Kaufmann's team chose to focus on record maximums and minimums rather than averages. For their study, published in the Proceedings of the National Academy of Sciences, they compared the ratio of record highs to record lows over the last 30 years at 18,713 weather stations across the United States. Almost half the stations across America have significantly more highs in the last 10 years than would be anticipated under a static climate, while 10 percent have experienced significantly more record lows. After extrapolating these ratios to temperatures in a county, the results were compared with polling data of local views on climate change.

A possible problem for Kaufmann was to clear out the other factors that could be affecting people's views of climate change. Denial of climate change correlates with right-wing politics, so demographic variations would also be expected to affect local differences. The South is overrepresented among stations that had a cool period since 2005, providing an important confounding factor.

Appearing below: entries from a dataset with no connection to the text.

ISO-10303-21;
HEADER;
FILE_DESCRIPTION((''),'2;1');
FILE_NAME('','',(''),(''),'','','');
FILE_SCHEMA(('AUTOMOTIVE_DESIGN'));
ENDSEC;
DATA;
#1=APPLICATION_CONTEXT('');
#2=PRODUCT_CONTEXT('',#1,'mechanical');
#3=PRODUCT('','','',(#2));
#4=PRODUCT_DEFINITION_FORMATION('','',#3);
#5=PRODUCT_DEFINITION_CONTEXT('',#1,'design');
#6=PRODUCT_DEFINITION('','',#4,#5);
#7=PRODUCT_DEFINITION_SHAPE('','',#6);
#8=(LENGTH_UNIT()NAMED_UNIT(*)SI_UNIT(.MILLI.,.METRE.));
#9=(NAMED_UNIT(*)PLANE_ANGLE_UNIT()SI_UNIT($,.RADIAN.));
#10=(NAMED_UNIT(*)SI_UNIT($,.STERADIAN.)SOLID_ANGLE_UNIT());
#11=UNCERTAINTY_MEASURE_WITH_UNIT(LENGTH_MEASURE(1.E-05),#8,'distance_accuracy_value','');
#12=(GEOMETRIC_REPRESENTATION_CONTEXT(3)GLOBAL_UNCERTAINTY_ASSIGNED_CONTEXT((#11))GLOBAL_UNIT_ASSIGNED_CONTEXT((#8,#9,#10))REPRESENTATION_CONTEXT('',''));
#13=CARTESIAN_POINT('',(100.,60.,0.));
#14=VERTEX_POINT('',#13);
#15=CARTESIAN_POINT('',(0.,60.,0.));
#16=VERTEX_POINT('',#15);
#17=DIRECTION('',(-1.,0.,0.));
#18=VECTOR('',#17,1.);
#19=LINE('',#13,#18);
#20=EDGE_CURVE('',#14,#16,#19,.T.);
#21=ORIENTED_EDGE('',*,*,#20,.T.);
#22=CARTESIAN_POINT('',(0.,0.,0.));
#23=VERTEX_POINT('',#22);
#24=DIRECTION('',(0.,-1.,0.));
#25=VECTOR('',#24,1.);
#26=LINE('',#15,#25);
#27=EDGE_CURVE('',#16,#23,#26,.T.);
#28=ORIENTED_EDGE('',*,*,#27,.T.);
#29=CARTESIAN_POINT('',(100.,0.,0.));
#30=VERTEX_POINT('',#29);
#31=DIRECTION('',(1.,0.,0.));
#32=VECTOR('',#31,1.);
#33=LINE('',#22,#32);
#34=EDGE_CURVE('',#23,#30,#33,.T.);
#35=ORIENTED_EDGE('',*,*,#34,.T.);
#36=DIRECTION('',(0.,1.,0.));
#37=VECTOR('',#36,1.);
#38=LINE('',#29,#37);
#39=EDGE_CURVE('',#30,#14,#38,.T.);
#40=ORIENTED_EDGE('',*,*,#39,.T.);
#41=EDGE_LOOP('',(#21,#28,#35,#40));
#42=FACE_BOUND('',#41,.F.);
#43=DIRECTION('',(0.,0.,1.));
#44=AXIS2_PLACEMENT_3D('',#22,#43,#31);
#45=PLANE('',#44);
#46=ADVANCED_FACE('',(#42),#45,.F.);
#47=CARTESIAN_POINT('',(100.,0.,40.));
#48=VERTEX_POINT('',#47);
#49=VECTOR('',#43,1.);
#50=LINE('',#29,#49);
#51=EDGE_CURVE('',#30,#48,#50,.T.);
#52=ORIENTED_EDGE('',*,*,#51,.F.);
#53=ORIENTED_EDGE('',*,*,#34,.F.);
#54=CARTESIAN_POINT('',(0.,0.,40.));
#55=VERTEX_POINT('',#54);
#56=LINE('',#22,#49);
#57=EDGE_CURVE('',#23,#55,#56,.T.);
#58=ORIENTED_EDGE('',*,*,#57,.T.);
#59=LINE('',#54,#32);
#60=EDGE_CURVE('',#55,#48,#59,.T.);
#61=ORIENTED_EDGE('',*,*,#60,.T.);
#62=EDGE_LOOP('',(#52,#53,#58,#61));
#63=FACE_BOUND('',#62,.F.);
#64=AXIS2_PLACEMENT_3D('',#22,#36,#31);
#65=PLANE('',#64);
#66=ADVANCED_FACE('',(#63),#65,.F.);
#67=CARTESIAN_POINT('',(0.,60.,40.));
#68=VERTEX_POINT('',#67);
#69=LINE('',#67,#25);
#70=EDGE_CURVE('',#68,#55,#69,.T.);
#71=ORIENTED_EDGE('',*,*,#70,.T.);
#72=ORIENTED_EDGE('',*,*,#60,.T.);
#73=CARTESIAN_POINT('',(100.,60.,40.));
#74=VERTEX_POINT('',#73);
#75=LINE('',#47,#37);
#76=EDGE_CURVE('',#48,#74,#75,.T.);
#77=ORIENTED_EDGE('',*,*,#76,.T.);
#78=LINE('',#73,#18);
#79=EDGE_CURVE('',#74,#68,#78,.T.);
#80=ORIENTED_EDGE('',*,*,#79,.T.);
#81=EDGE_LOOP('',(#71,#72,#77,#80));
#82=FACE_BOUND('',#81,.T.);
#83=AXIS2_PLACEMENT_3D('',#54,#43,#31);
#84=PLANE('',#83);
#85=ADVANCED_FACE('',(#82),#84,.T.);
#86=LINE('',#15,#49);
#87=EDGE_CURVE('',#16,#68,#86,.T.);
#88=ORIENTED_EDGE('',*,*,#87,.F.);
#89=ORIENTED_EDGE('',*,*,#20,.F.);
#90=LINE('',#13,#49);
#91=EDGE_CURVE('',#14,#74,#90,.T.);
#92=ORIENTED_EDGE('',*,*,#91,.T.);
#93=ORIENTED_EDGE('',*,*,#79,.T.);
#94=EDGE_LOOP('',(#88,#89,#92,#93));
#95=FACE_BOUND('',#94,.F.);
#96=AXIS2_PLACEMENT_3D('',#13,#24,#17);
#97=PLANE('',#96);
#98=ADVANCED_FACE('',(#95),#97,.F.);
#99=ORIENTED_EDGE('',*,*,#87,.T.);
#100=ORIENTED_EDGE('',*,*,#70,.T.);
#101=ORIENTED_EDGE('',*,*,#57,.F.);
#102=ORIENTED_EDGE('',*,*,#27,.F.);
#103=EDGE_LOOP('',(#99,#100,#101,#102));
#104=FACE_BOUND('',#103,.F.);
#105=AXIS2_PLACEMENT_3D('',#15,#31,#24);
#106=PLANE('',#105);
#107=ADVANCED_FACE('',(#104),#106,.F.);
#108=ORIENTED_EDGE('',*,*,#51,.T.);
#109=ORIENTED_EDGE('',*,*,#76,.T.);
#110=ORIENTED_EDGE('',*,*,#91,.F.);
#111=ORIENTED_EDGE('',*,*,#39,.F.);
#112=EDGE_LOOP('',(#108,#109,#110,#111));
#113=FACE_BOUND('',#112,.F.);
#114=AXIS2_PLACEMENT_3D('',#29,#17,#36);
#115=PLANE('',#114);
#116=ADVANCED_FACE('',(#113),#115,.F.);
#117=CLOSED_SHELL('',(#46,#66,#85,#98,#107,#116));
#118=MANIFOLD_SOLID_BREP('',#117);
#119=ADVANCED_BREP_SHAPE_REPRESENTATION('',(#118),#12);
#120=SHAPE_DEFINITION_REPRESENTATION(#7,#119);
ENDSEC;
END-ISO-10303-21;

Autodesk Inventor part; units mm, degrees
ref_plane "YZ Plane" through (0, 0, 0) normal (1, 0, 0) x (0, 1, 0)
ref_plane "XZ Plane" through (0, 0, 0) normal (0, 1, 0) x (-1, 0, 0)
ref_plane "XY Plane" through (0, 0, 0) normal (0, 0, 1) x (1, 0, 0)
sketch "Эскиз1" plane through (0, 0, 0) normal (0, 0, 1) x (1, 0, 0)
  line L0 (0, 0) -> (100, 0)
  line L1 (100, 0) -> (100, 60)
  line L2 (100, 60) -> (0, 60)
  line L3 (0, 60) -> (0, 0)
  dimension "d0" = 100
  dimension "d1" = 60
extrude "Выдавливание1" add sketch "Эскиз1" along normal blind 40
sketch "Эскиз2" plane through (0, 60, 0) normal (0, 1, 0) x (1, 0, 0)
  line L0 (100, 0) -> (0, 0) projected
  line L1 (50, 0) -> (50, -20)
  line L2 (50, -20) -> (80, -20)
  line L3 (50, -20) -> (20, -20)
  line L4 (50, 0) -> (70, 0)
  line L5 (70, 0) -> (80, -20)
  line L6 (50, 0) -> (35, 0)
  line L7 (50, 0) -> (30, 0)
  line L8 (30, 0) -> (20, -20)
  dimension "d4" = 20
  dimension "d5" = 30
  dimension "d6" = 30
  dimension "d7" = 20
  dimension "d8" = 20
properties part number "Деталь класс"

After attempting to control for these demographic factors, Kaufmann's statistical modeling indicates that exposure to more record high temperatures than the national average translates into 4 percent more people believing climate change data than would otherwise. A similar sized reduction is seen where the last 10 years have been cool. High agreement with warming is seen in liberal strongholds such as the West Coast and North-East, but also in south Florida, New Mexico, and Colorado, which have also experienced notably warm conditions. On the other hand, the lack of local warming in the Mississippi and Ohio River valleys is reflected in particularly strong denial there.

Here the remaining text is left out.